Jakarta, MADU TV – Tim penyidik pada Direktorat Penyidikan Jaksa Agung Muda Bidang Tindak Pidana Khusus (Jam Pidsus) kembali menetapkan dua orang tersangka baru terkait dengan perkara dugaan tindak pidana korupsi dalam tata niaga komoditas timah wilayah izin usaha pertambangan (IUP) PT Timah Tbk tahun 2015 hingga 2022. Penetapan tersangka ini dilakukan pada Rabu, 21 Februari 2024.
Direktur Penyidikan Jampidsus Kejaksaan Agung, Kuntadi, mengungkapkan bahwa kedua tersangka baru tersebut berasal dari pihak swasta, yakni SP (Suparta) selaku Direktur Utama PT RBT dan RA (Reza Andriansyah) selaku Direktur Pengembangan PT RBT.
Kuntadi menjelaskan bahwa berdasarkan hasil pemeriksaan dua orang saksi yang dihubungkan dengan keterangan saksi lain dan alat bukti lainnya, tim penyidik menyimpulkan bahwa keduanya telah memenuhi alat bukti yang cukup untuk ditingkatkan statusnya menjadi tersangka.
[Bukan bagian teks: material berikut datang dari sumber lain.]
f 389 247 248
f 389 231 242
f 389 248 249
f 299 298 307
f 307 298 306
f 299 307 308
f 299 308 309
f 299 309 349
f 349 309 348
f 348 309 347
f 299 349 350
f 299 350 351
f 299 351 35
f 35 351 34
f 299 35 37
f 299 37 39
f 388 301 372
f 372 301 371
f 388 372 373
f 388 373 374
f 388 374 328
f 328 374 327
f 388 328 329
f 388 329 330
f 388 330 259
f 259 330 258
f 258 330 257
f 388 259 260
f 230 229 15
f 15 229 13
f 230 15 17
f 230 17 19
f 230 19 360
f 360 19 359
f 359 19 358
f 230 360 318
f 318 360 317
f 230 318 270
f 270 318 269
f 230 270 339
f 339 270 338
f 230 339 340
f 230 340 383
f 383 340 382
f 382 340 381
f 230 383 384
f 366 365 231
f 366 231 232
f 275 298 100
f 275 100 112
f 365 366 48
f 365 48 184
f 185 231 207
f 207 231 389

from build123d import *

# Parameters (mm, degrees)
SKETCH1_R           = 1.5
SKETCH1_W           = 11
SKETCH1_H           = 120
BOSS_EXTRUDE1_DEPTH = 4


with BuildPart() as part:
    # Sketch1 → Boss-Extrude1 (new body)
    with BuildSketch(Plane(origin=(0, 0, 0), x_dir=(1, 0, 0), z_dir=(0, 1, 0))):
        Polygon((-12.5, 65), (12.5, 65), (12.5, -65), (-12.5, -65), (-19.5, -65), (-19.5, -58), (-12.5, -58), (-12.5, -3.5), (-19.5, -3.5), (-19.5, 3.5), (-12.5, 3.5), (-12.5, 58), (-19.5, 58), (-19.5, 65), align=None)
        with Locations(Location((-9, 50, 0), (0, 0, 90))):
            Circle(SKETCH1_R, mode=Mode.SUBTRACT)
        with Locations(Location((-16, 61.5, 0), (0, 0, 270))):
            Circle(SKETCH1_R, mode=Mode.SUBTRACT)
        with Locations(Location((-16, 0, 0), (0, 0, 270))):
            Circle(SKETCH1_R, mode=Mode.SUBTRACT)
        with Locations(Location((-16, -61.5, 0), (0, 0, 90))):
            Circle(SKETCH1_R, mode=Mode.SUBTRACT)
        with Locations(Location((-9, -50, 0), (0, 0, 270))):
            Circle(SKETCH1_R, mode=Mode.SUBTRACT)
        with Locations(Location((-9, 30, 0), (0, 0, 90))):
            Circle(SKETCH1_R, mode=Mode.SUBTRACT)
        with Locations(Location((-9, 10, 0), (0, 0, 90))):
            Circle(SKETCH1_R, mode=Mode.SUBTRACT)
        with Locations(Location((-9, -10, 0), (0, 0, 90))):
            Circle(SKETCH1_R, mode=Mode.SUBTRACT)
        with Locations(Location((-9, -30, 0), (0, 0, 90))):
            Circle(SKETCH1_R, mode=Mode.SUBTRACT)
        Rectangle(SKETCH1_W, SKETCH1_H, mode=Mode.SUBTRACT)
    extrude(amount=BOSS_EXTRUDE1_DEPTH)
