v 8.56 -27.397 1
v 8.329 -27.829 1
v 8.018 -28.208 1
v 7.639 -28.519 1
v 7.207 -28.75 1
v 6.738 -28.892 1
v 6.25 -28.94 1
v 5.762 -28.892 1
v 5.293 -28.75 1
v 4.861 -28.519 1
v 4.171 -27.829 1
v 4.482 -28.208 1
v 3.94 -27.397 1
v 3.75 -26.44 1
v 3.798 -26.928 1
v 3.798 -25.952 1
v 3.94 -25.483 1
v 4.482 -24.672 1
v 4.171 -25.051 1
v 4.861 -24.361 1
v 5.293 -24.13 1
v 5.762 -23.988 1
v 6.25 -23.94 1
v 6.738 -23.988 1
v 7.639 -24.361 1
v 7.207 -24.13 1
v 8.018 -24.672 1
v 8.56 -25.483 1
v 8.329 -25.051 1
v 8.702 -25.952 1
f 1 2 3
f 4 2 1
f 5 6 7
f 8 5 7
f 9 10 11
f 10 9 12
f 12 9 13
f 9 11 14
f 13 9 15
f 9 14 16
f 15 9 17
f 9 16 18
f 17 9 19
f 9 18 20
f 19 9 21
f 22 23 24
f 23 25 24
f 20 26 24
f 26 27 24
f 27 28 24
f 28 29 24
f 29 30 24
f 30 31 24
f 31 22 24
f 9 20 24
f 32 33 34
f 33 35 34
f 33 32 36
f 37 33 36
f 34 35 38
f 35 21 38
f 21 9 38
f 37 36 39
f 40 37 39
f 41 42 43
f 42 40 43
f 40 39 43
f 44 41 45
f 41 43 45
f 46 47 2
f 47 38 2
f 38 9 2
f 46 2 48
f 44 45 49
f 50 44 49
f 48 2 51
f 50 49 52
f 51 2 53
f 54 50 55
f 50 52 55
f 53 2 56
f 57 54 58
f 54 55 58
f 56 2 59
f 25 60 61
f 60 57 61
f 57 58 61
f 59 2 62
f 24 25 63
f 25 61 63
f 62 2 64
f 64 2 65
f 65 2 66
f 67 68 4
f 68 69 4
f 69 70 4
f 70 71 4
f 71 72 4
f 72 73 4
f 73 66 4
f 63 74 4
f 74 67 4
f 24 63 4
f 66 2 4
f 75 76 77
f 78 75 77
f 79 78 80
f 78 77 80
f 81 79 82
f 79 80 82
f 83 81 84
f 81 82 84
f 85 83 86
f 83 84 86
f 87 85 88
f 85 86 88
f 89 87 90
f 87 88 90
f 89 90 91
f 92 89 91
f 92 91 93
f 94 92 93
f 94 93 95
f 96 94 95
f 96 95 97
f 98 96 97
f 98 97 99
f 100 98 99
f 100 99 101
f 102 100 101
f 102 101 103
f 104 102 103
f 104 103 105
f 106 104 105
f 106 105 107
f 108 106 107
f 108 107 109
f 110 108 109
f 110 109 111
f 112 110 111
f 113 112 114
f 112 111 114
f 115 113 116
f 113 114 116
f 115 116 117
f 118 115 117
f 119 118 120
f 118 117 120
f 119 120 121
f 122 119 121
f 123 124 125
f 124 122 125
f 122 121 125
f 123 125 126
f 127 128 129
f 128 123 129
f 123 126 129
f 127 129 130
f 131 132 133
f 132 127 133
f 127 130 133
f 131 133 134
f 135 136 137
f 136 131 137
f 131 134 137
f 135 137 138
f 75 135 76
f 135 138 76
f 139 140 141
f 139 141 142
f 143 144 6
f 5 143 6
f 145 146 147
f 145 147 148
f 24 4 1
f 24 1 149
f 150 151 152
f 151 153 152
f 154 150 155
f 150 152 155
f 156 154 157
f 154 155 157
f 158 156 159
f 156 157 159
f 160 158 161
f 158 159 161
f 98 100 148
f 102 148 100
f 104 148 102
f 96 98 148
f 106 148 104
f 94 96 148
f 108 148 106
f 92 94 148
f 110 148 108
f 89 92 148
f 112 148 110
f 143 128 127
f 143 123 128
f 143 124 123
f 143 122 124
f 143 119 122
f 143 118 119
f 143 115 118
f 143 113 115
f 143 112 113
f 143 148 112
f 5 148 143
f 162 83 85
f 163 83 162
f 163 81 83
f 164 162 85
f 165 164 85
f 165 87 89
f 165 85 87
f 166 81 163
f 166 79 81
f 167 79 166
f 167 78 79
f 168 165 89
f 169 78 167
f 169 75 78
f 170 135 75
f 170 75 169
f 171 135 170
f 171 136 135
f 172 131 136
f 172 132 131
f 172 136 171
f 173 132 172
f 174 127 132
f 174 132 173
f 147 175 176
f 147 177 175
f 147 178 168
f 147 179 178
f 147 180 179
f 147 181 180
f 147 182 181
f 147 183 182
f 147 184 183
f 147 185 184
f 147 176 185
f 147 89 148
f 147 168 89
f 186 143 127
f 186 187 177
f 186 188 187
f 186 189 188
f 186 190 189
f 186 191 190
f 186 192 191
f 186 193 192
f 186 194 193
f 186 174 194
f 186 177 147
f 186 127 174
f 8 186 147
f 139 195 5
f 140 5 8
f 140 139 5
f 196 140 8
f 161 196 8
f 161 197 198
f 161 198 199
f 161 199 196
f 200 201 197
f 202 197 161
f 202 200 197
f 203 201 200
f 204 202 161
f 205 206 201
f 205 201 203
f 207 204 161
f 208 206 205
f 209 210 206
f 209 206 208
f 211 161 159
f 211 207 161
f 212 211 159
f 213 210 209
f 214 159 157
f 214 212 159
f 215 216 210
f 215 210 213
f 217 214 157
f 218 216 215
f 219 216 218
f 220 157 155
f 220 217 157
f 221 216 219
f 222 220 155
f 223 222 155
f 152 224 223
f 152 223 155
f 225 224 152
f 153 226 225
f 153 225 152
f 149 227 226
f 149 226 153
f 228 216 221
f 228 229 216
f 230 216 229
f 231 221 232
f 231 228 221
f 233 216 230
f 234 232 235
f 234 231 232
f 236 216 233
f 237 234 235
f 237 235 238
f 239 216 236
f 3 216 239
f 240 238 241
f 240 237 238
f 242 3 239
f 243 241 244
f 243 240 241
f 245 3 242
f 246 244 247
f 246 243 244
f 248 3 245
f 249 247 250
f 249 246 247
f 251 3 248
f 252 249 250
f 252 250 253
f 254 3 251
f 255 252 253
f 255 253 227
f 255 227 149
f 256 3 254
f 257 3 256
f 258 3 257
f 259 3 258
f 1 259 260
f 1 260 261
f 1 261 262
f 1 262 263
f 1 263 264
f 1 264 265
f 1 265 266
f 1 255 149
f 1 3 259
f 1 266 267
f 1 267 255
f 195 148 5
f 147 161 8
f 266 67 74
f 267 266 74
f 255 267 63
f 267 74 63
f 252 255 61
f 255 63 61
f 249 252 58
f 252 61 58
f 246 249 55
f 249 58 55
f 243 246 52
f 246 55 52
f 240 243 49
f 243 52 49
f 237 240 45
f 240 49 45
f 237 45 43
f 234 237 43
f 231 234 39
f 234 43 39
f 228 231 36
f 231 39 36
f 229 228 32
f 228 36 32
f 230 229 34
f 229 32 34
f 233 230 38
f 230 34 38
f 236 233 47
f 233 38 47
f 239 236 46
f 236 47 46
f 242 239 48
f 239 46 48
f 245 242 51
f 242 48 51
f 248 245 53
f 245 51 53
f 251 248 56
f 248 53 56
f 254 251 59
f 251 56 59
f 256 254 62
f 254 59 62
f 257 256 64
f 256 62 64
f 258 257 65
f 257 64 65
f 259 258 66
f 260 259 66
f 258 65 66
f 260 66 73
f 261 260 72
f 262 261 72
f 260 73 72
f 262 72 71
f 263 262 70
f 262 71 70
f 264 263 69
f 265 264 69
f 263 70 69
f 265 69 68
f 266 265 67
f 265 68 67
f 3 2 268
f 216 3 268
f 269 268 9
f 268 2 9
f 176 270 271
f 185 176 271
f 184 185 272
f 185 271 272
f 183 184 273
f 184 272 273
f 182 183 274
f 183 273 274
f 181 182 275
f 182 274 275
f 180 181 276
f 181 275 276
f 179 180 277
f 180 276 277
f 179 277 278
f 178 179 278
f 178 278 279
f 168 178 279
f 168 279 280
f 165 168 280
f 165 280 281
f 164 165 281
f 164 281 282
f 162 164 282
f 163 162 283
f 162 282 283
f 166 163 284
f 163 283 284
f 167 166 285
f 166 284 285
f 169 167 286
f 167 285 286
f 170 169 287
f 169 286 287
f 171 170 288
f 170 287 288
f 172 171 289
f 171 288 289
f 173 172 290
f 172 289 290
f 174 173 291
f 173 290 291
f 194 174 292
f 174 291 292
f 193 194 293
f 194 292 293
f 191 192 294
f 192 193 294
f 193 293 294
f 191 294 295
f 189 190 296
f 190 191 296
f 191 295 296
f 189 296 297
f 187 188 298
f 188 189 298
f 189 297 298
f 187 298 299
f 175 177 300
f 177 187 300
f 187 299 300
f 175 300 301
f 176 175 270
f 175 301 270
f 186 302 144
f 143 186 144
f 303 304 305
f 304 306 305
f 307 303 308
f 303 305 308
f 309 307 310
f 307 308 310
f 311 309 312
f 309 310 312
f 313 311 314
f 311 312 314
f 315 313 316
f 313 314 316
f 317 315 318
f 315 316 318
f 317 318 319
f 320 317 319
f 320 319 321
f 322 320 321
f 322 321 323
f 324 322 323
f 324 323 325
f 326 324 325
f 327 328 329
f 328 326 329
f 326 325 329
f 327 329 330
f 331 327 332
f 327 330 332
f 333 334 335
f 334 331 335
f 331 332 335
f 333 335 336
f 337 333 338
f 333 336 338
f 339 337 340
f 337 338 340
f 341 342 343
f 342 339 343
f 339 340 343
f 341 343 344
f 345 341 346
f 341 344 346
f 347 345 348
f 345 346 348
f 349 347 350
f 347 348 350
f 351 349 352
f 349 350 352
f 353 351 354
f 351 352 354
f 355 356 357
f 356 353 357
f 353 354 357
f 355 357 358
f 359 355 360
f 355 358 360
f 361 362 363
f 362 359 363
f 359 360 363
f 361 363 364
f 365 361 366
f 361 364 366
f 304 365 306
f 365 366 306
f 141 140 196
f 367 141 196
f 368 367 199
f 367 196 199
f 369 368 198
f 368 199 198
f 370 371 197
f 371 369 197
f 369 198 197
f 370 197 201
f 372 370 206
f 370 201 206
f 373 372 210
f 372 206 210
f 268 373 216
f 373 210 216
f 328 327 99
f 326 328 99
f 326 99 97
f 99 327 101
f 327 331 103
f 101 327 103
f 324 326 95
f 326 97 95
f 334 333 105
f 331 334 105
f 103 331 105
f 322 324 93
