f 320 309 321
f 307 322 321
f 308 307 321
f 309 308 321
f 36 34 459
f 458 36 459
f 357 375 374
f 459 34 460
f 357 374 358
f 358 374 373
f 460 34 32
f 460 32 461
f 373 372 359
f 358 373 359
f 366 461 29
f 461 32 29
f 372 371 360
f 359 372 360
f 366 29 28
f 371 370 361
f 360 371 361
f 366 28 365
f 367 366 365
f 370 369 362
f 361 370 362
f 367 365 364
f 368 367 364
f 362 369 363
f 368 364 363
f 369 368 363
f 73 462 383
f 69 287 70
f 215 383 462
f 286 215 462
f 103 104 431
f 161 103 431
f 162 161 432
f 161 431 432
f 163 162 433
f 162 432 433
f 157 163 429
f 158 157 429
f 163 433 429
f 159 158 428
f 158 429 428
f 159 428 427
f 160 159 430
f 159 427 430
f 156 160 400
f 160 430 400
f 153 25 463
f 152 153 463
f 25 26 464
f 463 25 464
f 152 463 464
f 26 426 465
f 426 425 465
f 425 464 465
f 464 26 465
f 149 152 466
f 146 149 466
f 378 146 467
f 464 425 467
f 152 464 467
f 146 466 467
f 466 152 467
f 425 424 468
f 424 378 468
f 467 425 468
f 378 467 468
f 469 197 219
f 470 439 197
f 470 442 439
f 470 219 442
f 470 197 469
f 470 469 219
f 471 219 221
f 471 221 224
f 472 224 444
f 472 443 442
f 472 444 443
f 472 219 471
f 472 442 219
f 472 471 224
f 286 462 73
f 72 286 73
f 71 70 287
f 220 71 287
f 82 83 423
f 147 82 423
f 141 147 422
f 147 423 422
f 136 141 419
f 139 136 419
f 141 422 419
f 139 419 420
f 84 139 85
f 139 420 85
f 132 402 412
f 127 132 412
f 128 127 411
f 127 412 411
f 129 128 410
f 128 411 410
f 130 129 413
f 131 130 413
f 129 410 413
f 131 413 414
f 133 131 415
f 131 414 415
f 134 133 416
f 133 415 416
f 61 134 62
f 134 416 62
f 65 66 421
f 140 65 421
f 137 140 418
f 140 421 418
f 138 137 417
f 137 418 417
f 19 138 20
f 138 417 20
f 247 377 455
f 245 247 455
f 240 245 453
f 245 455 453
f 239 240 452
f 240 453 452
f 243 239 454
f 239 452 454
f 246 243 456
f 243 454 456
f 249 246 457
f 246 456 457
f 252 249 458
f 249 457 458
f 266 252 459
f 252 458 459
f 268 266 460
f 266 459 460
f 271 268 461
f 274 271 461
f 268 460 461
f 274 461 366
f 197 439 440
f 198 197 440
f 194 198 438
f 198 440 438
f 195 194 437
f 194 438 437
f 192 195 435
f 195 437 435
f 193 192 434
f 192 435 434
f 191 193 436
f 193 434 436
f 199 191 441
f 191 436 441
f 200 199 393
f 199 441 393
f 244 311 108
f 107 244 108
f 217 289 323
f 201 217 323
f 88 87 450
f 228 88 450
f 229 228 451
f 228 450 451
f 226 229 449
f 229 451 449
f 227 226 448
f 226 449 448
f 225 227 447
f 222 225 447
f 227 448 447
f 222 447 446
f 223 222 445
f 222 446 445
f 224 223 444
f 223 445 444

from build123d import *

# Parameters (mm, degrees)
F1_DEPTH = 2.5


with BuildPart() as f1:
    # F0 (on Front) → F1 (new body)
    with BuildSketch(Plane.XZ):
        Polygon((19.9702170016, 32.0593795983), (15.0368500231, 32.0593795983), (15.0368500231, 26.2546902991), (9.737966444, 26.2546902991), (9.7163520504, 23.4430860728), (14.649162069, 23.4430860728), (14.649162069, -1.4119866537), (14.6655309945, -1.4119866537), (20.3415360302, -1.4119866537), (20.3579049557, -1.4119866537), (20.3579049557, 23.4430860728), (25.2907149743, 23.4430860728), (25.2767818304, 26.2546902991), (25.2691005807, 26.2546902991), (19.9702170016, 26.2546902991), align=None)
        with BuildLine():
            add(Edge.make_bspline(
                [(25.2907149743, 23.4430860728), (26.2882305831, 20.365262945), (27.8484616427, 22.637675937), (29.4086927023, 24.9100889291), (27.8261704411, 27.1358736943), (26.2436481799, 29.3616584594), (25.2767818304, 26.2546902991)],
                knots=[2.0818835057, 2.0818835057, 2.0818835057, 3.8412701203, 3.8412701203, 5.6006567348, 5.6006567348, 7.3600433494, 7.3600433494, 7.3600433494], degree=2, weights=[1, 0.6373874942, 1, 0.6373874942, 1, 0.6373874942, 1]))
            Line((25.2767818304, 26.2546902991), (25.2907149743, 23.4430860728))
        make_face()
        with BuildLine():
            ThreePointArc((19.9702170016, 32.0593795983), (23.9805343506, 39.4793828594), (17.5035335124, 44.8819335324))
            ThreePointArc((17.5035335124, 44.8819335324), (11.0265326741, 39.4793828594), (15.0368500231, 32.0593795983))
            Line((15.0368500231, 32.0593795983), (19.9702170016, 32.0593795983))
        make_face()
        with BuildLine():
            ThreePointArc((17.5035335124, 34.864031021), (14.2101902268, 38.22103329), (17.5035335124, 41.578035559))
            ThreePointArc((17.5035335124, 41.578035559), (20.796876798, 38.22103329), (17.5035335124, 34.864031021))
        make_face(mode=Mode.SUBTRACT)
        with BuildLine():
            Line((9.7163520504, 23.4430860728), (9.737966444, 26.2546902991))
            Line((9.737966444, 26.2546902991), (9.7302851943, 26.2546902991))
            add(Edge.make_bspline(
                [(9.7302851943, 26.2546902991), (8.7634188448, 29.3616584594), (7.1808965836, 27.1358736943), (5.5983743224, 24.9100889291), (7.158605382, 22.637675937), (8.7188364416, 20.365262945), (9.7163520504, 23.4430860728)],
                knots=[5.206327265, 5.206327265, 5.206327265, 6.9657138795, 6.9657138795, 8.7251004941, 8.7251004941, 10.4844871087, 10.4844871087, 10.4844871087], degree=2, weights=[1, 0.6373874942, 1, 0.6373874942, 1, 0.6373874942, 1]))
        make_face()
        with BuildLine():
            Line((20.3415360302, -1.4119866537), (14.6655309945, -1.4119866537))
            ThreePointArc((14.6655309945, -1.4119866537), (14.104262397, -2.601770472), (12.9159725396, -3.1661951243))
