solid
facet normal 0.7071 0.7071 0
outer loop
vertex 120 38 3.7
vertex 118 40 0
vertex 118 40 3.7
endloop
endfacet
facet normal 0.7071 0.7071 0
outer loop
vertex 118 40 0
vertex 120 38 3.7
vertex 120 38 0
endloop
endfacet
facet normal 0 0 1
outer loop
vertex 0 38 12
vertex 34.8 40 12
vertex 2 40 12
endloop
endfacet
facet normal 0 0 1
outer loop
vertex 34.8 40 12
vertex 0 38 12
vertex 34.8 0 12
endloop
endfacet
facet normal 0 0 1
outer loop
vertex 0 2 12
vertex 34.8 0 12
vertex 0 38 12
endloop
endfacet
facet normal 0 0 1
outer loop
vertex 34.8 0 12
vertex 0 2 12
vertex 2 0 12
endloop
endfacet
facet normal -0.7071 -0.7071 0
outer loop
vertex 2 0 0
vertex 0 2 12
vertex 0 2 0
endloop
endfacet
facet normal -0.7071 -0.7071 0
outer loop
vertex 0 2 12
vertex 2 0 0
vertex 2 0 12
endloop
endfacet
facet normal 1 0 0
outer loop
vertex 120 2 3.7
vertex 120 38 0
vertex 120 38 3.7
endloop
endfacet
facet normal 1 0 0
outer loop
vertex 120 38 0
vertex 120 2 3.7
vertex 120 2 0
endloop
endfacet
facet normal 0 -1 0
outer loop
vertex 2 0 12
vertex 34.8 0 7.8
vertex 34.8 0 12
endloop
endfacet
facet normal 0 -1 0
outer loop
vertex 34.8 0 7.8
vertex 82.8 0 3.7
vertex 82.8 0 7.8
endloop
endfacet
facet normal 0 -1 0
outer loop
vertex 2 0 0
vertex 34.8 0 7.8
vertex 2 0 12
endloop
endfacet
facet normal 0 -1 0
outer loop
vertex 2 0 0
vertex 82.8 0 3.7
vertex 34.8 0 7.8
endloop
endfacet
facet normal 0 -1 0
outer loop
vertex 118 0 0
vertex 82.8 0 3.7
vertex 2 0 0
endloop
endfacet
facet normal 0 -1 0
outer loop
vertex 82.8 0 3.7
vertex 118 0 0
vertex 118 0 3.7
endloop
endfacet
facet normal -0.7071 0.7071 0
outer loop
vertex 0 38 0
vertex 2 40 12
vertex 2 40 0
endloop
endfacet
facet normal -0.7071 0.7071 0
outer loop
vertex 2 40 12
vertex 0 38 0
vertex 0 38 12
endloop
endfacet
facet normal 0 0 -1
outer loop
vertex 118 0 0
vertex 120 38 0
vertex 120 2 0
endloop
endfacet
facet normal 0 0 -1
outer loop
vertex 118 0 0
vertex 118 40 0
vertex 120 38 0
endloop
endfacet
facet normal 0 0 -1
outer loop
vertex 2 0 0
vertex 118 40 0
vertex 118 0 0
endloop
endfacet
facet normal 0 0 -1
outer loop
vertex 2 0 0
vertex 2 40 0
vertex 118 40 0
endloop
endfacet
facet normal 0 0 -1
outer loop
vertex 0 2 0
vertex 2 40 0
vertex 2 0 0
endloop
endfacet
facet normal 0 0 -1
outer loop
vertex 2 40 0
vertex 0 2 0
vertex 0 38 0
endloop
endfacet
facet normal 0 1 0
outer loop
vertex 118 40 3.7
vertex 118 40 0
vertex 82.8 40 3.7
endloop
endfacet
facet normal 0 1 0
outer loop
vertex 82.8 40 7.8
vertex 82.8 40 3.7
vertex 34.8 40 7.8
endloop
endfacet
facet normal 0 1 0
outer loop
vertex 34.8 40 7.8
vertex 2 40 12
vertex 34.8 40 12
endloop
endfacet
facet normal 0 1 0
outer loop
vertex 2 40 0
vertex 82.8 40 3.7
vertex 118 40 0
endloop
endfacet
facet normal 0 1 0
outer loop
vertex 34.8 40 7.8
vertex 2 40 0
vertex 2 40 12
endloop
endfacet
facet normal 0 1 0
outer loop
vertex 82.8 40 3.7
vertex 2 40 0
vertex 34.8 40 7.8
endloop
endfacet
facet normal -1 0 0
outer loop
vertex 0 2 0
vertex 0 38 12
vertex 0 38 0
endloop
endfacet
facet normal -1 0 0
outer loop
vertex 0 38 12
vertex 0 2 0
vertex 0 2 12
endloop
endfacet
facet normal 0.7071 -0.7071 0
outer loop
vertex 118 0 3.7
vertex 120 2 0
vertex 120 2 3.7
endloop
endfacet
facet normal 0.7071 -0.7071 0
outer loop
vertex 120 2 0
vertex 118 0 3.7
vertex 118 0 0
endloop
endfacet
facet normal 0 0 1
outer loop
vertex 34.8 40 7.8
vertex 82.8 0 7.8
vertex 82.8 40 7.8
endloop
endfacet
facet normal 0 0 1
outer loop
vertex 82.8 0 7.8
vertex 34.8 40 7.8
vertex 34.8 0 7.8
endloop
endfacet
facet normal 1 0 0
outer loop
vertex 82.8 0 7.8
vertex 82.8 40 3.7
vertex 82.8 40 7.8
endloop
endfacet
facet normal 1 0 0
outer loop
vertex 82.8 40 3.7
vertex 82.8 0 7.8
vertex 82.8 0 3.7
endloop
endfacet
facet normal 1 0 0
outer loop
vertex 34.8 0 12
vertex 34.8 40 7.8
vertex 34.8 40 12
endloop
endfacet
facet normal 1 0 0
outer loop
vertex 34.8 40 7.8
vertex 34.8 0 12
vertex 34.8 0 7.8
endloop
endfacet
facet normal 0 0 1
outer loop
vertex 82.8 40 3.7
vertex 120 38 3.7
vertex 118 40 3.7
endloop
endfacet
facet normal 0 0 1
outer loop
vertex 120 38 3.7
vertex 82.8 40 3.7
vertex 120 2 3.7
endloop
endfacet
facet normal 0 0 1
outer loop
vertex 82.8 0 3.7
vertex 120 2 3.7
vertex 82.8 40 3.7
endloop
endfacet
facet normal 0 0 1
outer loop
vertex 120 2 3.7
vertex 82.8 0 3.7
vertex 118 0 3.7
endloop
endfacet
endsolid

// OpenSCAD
$fn = 32;

// ----------------------------------------------------------------------
// Stepped bar: twostep, 120 x 40 x 12/3.7 mm
// ----------------------------------------------------------------------

// --- parameters (mm) ---
bar_l = 120;              // bar length, X
bar_w = 40;               // bar width, Y
plate_t = 12;             // thickness of the thick zone, Z
thin_t = 3.7;             // thickness of the thin zone
corner_c = 2;             // corner chamfer of the bar
step_cut = 8.3;           // material removed from the thin zone
stair1_x = 34.8;          // position of the first stair
stair2_x = 82.8;          // position of the second stair
mid_t = 7.8;              // thickness of the middle zone
depth_1 = 4.2;            // depth of cut 1 from the top face
depth_2 = 8.3;            // depth of cut 2 from the top face

profile = [[2, 0], [118, 0], [120, 2], [120, 38], [118, 40], [2, 40], [0, 38], [0, 2]];  // primary outline, 8 points, counter clockwise
void_1 = [[34.8, -1], [82.8, -1], [82.8, 41], [34.8, 41]];  // first stair, 4 points
void_2 = [[82.8, -1], [121, -1], [121, 41], [82.8, 41]];  // second stair, 4 points

// --- the one profile operation ---
difference() {
  linear_extrude(height = plate_t) polygon(points = profile);
  translate([0, 0, plate_t - depth_1])
    linear_extrude(height = depth_1 + 1) polygon(points = void_1);
  translate([0, 0, plate_t - depth_2])
    linear_extrude(height = depth_2 + 1) polygon(points = void_2);
}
“Demi kepentingan penyelidikan lebih lanjut, kedua tersangka ini akan ditahan selama 20 hari ke depan di Rumah Tahanan Negara Salemba Cabang Kejaksaan Agung,” kata Kuntadi.
Penetapan tersangka baru ini menunjukkan langkah lanjutan dari pihak kejaksaan dalam menangani dugaan kasus korupsi di sektor komoditas timah, yang telah menjadi perhatian serius dalam upaya pemberantasan korupsi di Indonesia.